(Beginning of Material supplied)

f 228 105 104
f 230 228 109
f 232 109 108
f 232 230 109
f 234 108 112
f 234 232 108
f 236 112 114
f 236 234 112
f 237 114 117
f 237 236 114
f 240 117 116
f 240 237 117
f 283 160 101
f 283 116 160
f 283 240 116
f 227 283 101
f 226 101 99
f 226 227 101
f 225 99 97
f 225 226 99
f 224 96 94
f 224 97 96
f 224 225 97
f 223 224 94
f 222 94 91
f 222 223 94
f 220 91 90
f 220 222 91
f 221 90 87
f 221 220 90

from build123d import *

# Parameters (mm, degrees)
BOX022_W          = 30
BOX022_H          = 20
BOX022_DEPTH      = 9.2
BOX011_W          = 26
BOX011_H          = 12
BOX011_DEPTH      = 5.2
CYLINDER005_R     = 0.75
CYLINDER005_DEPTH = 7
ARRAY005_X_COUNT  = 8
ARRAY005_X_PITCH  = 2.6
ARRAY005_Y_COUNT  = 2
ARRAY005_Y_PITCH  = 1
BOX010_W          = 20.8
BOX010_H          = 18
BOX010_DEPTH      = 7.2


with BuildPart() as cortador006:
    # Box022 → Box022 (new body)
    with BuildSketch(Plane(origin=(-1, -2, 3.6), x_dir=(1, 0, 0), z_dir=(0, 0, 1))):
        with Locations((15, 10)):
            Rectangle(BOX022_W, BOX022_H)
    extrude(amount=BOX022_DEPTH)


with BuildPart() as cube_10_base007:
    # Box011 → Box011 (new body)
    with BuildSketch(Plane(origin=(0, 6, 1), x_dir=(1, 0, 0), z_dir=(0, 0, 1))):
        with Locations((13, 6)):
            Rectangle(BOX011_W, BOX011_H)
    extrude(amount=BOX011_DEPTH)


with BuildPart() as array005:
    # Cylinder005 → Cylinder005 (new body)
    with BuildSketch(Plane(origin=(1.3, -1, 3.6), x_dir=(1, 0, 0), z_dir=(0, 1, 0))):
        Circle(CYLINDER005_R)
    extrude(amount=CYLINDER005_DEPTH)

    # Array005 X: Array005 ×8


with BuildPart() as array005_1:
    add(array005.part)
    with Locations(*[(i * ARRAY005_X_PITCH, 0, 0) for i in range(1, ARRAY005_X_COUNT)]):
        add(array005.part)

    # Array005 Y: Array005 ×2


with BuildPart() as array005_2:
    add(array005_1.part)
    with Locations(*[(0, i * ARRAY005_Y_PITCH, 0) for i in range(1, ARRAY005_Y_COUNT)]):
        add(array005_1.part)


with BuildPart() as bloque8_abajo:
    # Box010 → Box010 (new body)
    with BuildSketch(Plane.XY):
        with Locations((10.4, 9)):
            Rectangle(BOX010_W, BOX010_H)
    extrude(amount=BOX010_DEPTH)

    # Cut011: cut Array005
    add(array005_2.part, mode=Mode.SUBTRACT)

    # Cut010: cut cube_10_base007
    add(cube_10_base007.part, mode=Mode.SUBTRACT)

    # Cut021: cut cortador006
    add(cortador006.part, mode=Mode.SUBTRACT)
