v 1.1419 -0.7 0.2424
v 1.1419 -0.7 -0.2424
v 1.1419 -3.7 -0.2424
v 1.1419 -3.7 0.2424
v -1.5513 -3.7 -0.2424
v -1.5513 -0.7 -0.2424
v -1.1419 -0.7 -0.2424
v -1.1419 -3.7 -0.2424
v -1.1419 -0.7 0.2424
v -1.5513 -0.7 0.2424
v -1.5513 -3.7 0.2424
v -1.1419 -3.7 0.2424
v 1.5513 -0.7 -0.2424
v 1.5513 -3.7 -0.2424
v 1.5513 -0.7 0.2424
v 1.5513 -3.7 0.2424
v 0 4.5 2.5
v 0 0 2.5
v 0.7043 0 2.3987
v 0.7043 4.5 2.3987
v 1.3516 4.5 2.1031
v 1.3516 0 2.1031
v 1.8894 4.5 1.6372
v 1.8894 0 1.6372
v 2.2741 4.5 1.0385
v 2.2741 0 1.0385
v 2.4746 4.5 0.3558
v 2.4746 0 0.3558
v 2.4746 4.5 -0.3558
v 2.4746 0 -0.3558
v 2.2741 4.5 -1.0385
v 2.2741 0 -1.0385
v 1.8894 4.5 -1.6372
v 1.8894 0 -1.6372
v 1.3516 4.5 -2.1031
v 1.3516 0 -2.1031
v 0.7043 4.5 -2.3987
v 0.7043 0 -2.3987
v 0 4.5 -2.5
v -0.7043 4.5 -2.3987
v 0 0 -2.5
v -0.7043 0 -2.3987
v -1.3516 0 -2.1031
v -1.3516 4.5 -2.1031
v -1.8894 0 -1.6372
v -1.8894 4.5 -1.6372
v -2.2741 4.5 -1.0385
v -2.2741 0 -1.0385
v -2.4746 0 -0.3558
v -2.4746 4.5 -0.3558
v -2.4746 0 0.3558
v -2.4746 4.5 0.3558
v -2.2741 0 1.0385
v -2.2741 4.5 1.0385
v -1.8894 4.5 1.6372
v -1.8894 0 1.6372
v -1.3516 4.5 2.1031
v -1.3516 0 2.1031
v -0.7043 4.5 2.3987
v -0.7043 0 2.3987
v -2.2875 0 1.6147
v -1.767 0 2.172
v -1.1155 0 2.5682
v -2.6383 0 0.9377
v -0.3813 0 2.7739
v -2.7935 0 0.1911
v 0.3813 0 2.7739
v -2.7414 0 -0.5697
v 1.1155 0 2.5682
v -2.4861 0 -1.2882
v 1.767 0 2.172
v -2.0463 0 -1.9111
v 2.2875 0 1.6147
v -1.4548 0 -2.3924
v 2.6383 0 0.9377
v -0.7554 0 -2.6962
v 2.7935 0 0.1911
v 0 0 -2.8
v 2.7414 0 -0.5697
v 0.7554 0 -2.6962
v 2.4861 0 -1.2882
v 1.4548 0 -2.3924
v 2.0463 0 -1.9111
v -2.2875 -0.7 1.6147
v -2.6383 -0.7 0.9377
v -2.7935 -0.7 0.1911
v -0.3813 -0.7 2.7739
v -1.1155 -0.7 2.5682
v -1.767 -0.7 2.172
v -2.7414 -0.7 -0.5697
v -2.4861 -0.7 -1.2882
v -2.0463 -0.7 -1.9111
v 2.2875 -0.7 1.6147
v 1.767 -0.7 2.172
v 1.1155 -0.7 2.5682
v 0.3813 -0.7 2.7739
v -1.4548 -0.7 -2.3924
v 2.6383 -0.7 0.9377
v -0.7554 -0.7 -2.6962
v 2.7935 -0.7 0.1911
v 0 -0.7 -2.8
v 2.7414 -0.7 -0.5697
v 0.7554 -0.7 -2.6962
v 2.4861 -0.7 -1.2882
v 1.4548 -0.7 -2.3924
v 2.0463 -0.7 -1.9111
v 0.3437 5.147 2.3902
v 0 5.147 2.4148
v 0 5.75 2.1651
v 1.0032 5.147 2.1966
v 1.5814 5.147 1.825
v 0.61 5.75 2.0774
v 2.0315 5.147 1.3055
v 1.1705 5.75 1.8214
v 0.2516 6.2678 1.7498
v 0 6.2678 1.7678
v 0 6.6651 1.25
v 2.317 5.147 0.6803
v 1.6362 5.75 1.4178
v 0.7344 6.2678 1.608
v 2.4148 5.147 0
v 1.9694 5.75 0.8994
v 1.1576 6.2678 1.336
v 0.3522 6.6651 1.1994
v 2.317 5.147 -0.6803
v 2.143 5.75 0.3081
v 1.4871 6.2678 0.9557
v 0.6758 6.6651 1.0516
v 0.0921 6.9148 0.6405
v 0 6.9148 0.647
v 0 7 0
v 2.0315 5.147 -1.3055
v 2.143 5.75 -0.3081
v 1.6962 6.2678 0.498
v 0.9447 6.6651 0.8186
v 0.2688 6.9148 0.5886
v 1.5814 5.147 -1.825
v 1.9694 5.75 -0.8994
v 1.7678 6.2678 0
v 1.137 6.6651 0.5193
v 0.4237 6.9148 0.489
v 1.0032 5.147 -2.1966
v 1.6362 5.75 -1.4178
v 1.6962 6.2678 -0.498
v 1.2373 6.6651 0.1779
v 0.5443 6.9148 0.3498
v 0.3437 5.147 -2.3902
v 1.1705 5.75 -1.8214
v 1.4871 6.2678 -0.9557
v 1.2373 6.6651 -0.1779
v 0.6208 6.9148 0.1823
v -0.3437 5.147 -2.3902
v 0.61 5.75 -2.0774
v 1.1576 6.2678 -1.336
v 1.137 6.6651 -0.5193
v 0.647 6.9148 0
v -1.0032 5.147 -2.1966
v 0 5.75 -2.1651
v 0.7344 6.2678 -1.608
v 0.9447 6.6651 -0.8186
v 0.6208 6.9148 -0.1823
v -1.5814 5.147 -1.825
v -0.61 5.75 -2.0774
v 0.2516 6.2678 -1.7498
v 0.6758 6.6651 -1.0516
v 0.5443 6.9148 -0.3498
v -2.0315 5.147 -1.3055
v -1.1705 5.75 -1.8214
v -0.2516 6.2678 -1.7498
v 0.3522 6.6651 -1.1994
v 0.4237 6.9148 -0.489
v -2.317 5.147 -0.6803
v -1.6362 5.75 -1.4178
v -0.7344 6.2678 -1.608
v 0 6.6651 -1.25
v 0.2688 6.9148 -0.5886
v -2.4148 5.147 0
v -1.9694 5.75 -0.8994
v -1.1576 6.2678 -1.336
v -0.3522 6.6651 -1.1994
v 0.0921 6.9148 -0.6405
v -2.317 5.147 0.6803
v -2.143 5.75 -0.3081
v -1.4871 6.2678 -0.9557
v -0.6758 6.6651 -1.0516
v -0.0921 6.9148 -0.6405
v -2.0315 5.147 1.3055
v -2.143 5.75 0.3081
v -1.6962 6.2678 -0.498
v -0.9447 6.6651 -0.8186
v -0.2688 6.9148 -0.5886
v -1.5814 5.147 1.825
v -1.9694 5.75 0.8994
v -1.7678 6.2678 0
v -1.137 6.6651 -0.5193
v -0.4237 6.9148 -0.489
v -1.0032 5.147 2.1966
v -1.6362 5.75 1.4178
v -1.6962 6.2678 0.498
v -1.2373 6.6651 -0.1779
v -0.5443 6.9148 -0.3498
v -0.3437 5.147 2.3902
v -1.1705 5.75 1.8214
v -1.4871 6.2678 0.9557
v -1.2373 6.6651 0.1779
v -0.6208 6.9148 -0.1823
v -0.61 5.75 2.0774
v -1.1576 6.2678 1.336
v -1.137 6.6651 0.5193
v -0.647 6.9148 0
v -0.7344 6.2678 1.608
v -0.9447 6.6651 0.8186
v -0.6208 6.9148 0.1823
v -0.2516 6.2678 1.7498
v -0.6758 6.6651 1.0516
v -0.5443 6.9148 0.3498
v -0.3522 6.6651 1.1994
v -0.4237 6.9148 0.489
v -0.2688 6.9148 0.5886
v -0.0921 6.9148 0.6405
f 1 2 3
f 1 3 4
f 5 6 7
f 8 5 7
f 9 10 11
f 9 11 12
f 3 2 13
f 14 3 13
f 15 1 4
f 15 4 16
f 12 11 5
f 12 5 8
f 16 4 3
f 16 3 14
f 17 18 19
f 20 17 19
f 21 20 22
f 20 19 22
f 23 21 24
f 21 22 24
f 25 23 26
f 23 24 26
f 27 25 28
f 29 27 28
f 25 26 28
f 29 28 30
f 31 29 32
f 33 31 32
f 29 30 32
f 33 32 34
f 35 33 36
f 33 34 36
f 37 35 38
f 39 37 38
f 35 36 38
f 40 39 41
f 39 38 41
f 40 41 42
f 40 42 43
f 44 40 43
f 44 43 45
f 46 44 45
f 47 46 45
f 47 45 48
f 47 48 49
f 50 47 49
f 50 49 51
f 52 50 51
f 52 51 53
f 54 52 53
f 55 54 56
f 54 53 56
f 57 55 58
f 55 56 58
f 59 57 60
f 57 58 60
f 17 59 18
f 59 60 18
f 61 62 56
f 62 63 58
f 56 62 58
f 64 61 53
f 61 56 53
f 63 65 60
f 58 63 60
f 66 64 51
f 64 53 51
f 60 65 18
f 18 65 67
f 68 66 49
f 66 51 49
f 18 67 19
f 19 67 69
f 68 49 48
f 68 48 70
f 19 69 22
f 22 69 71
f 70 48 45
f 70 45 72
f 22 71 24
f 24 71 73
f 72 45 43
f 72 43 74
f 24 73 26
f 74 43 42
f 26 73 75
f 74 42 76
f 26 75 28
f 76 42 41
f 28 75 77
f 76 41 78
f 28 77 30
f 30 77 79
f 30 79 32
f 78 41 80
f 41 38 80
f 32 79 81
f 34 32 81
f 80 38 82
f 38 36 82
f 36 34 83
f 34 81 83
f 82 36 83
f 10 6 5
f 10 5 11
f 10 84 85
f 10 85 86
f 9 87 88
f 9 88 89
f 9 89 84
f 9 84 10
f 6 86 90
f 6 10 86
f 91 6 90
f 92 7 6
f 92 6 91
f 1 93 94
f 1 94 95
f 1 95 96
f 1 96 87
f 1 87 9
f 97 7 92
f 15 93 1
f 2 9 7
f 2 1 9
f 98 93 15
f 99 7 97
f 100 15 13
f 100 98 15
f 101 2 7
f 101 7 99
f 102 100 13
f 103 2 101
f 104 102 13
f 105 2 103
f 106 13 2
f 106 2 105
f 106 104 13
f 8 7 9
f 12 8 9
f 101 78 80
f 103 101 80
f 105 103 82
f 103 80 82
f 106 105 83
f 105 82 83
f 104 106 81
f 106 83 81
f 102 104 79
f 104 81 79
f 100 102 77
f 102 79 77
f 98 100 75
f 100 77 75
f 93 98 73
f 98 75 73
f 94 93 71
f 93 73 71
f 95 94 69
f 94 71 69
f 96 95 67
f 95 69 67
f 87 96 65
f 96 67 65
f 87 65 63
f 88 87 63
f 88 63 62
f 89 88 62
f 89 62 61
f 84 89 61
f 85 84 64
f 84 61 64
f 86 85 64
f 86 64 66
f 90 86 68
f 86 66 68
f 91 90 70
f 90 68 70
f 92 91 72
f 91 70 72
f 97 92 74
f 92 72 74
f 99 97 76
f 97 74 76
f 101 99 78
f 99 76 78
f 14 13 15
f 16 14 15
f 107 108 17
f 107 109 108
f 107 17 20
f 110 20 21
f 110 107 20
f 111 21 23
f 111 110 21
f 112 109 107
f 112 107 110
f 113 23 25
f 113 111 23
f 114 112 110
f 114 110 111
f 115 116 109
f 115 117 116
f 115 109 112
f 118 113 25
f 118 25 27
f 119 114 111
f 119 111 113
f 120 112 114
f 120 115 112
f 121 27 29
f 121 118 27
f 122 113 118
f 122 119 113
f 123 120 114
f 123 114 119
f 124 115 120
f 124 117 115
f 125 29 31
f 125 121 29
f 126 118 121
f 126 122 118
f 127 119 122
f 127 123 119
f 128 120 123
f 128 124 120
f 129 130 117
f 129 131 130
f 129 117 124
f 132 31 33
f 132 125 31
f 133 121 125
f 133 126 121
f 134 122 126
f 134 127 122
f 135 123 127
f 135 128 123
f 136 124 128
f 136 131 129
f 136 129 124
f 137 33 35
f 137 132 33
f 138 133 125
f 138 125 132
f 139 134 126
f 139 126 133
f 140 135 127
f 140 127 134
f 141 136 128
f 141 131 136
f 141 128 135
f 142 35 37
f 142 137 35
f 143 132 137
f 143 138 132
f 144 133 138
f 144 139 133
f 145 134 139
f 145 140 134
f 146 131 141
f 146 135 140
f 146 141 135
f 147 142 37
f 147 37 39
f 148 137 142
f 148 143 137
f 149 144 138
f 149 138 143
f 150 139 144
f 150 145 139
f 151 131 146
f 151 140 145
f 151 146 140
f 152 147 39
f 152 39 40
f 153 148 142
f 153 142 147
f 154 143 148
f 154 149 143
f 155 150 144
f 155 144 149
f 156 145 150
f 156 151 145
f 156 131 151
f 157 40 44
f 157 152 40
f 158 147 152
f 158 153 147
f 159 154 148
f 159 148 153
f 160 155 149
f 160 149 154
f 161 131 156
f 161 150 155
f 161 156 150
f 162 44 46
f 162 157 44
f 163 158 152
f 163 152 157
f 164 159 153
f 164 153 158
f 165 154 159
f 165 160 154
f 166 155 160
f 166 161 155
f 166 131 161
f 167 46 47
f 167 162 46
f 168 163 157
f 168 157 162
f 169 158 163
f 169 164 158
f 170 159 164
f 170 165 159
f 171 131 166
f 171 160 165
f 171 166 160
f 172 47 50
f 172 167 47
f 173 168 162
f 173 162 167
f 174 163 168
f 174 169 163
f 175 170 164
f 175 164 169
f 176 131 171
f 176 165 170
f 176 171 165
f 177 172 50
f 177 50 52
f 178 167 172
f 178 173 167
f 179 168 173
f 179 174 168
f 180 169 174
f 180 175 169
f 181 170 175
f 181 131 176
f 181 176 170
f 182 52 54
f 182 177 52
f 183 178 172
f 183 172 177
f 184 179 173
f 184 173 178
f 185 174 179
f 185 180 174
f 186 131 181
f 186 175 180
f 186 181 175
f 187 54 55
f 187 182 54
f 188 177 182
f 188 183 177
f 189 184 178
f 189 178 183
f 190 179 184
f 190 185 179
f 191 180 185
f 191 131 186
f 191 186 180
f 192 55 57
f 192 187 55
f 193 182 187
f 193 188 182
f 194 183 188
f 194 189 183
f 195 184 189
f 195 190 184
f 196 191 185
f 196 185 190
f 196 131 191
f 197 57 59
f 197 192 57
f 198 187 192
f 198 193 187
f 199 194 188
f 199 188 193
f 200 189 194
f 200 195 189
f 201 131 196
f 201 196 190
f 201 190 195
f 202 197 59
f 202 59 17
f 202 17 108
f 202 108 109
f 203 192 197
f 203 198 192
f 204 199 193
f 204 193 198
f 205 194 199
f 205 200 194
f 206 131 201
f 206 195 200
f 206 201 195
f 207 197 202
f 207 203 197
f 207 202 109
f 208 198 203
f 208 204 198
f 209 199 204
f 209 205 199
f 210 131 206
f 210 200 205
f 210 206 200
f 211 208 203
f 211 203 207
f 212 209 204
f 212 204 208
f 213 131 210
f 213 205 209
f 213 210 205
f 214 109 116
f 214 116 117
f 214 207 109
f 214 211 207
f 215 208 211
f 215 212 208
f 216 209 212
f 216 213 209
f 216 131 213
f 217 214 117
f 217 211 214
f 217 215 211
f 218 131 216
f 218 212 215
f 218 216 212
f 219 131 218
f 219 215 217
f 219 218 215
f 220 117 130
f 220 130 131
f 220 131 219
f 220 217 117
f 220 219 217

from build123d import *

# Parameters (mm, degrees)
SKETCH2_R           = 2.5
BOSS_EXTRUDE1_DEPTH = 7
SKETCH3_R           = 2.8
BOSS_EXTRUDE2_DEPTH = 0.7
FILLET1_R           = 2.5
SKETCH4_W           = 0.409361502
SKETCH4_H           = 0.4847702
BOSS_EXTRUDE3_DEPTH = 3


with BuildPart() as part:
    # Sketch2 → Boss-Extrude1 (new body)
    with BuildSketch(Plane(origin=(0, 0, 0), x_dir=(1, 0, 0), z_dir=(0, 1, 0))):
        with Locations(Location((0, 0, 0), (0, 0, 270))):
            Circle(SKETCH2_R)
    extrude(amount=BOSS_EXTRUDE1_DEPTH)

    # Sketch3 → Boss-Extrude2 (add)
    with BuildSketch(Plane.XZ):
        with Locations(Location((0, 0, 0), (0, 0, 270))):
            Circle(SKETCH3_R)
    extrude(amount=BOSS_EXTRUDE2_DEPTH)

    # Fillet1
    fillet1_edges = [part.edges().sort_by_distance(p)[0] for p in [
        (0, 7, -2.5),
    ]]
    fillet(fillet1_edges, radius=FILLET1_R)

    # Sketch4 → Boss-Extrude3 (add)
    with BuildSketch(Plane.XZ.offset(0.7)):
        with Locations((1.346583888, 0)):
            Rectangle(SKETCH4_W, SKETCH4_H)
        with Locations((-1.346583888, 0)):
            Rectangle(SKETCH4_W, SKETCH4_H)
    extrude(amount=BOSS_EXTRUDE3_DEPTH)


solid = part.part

(End of Material supplied)

> **Prompt**
Give the exact lines, and only those, from the line containing "f 176 131 171" through the line containing "f 206 201 195" in the entries above.

> **Solution to this task**
f 176 131 171
f 176 165 170
f 176 171 165
f 177 172 50
f 177 50 52
f 178 167 172
f 178 173 167
f 179 168 173
f 179 174 168
f 180 169 174
f 180 175 169
f 181 170 175
f 181 131 176
f 181 176 170
f 182 52 54
f 182 177 52
f 183 178 172
f 183 172 177
f 184 179 173
f 184 173 178
f 185 174 179
f 185 180 174
f 186 131 181
f 186 175 180
f 186 181 175
f 187 54 55
f 187 182 54
f 188 177 182
f 188 183 177
f 189 184 178
f 189 178 183
f 190 179 184
f 190 185 179
f 191 180 185
f 191 131 186
f 191 186 180
f 192 55 57
f 192 187 55
f 193 182 187
f 193 188 182
f 194 183 188
f 194 189 183
f 195 184 189
f 195 190 184
f 196 191 185
f 196 185 190
f 196 131 191
f 197 57 59
f 197 192 57
f 198 187 192
f 198 193 187
f 199 194 188
f 199 188 193
f 200 189 194
f 200 195 189
f 201 131 196
f 201 196 190
f 201 190 195
f 202 197 59
f 202 59 17
f 202 17 108
f 202 108 109
f 203 192 197
f 203 198 192
f 204 199 193
f 204 193 198
f 205 194 199
f 205 200 194
f 206 131 201
f 206 195 200
f 206 201 195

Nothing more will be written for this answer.